# AFAS FAStrack mobile



## expressreo (Jun 12, 2014)

Hello I was wondering if anyone on here knows how to or know if you can run FAStrack mobile on the iPhone instead of a droid.


----------



## Six (Jun 27, 2014)

Doesn't work on the iphone as far as I know. Hopefully they eventually fix that would help a ton.


----------



## expressreo (Jun 12, 2014)

I know iPhone has a pruvan app that looks the same as FAStrack but dosent work. I feel the iPhone would have less lag and would be quicker


----------



## allure9121 (Jan 26, 2014)

I tried using it on my galaxy note 3 but the pictures never upload pain in the ass


----------



## expressreo (Jun 12, 2014)

So how do you upload now ?


----------



## allure9121 (Jan 26, 2014)

i upload the pictures from my phone and camera to the computer


----------



## Cleanupman (Nov 23, 2012)

All that mobile stuff will run your data transfer out very quickly...

We had to go from 4 gigs to 15 and somethimes that is not enough....


----------



## expressreo (Jun 12, 2014)

I'm grandfathered in on AT&T for unlimited data


----------



## Cherrysacs (Feb 19, 2014)

AFAS currently has zero support for IPhone, as for android full support. Another thing new contract between AFAS and clients will have vendors involve the app more, they are talking about even giving vendors more compensation for using the app to do the entire WO on there.


----------



## expressreo (Jun 12, 2014)

That would be great. I hate how you have to use two different websites. One for uploading and the other for bids


----------



## Cherrysacs (Feb 19, 2014)

Yeah it gets old, the main problem when it comes to Bids/Rehab with AFAS is they have poor communication with their clients so nothing ever gets approved or even considered. It would be nice that if the problem was at high importance you could send it threw the app and it could get reviewed with 24Hrs, but no... You have to drive or whatever all the way home and upload the whole WO and then upload the Bid request and then sit on it for another month.


----------



## expressreo (Jun 12, 2014)

Exactly but if there is violation then it's approved


----------



## thanohano44 (Aug 5, 2012)

Cherrysacs said:


> Yeah it gets old, the main problem when it comes to Bids/Rehab with AFAS is they have poor communication with their clients so nothing ever gets approved or even considered. It would be nice that if the problem was at high importance you could send it threw the app and it could get reviewed with 24Hrs, but no... You have to drive or whatever all the way home and upload the whole WO and then upload the Bid request and then sit on it for another month.

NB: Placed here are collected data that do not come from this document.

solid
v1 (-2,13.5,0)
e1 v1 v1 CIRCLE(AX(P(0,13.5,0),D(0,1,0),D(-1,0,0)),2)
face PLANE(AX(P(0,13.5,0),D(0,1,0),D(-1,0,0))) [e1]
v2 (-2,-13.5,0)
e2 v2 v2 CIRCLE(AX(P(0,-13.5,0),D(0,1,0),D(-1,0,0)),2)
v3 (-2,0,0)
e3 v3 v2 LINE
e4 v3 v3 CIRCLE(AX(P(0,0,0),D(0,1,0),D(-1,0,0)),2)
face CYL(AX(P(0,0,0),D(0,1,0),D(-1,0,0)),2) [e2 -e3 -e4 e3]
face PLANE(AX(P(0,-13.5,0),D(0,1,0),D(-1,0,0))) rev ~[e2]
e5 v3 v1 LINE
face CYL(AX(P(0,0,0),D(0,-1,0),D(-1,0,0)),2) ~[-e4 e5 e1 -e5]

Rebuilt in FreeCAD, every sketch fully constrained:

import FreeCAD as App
import Part
import Sketcher

doc = App.newDocument("Part")
params = doc.addObject("Spreadsheet::Sheet", "Params")
for row, (alias, value) in enumerate([
    ("sketch1_diameter", "4 mm"),
    ("pad1_length", "27 mm"),
], start=1):
    params.set(f"A{row}", alias)
    params.set(f"B{row}", "=" + value)
    params.setAlias(f"B{row}", alias)

body = doc.addObject("PartDesign::Body", "Body")

# Sketch on XZ plane
sketch1 = body.newObject("Sketcher::SketchObject", "Sketch")
sketch1.AttachmentSupport = (doc.getObject("XZ_Plane"), [""])
sketch1.MapMode = "FlatFace"
sketch1.addGeometry(Part.Circle(App.Vector(0, 0, 0), App.Vector(0, 0, 1), 2), False)
sketch1.addConstraint([
    Sketcher.Constraint("Coincident", 0, 3, -1, 1),
    Sketcher.Constraint("Diameter", 0, 4.0),
])
sketch1.setExpression("Constraints[1]", "Params.sketch1_diameter")
pad1 = body.newObject("PartDesign::Pad", "Pad")
pad1.Profile = sketch1
pad1.setExpression("Length", "Params.pad1_length")
pad1.Midplane = True

doc.recompute()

Would be nice to be able to have RepairBase or XactPRM on the app or the ability to login to your respective accounts. Pruvan is awesome. I believe you can buy your own pruvan license for iPhone and link it to AFAS.


----------



## expressreo (Jun 12, 2014)

Yeah pruvan is basically the same exact thing as FAStrac right? Because pruvan you can get on the iPhone


----------



## Cherrysacs (Feb 19, 2014)

expressreo said:


> Yeah pruvan is basically the same exact thing as FAStrac right? Because pruvan you can get on the iPhone


Hmm.. I need to check this out, I have 2 phones a note 3 with the AFAS APP, and a iPhone 5s with nothing on it. Thanks guys!


----------



## Splinterpicker (Apr 18, 2012)

expressreo said:


> Yeah pruvan is basically the same exact thing as FAStrac right? Because pruvan you can get on the iPhone


Pruvan is the MOBILE app FASTRAC is the desktop


----------



## Splinterpicker (Apr 18, 2012)

expressreo said:


> Exactly but if there is violation then it's approved


 One unspoken Rule to remember at least when I was with them If it is FAS generated it has to follow their guidelines if it is CLIENT generated work orders then YOU CAN dictate pricing !! They told me this by mistake and I took it an ran with it. 

Also Code violations 
Get in GOOD with your Code enforcement person. The ones here had a shovel ready list and it was a CRAZY bid process. Crazy AWESOME for me ! board up windows from outside and screw off every 6" $800 for a house and they paid in a week ! Also when trying to get a bid approved, if you know the officer , when they send the letters to the bank have them put in that if the city cleans it up it will be for 2 X your bid and then your bid gets approved WOW imagine that !


----------



## BRPPREO (Jul 19, 2014)

*Ummm.....*



Cherrysacs said:


> Yeah it gets old, the main problem when it comes to Bids/Rehab with AFAS is they have poor communication with their clients so nothing ever gets approved or even considered. It would be nice that if the problem was at high importance you could send it threw the app and it could get reviewed with 24Hrs, but no... You have to drive or whatever all the way home and upload the whole WO and then upload the Bid request and then sit on it for another month.


Most of us carry laptops, tablets and wireless internet cards to complete from site. I find it hard to believe that nothing ever gets approved. I get bid work all the time. It just depends on your knowledge and communication with your bid. You have to want the work in order to get it.


----------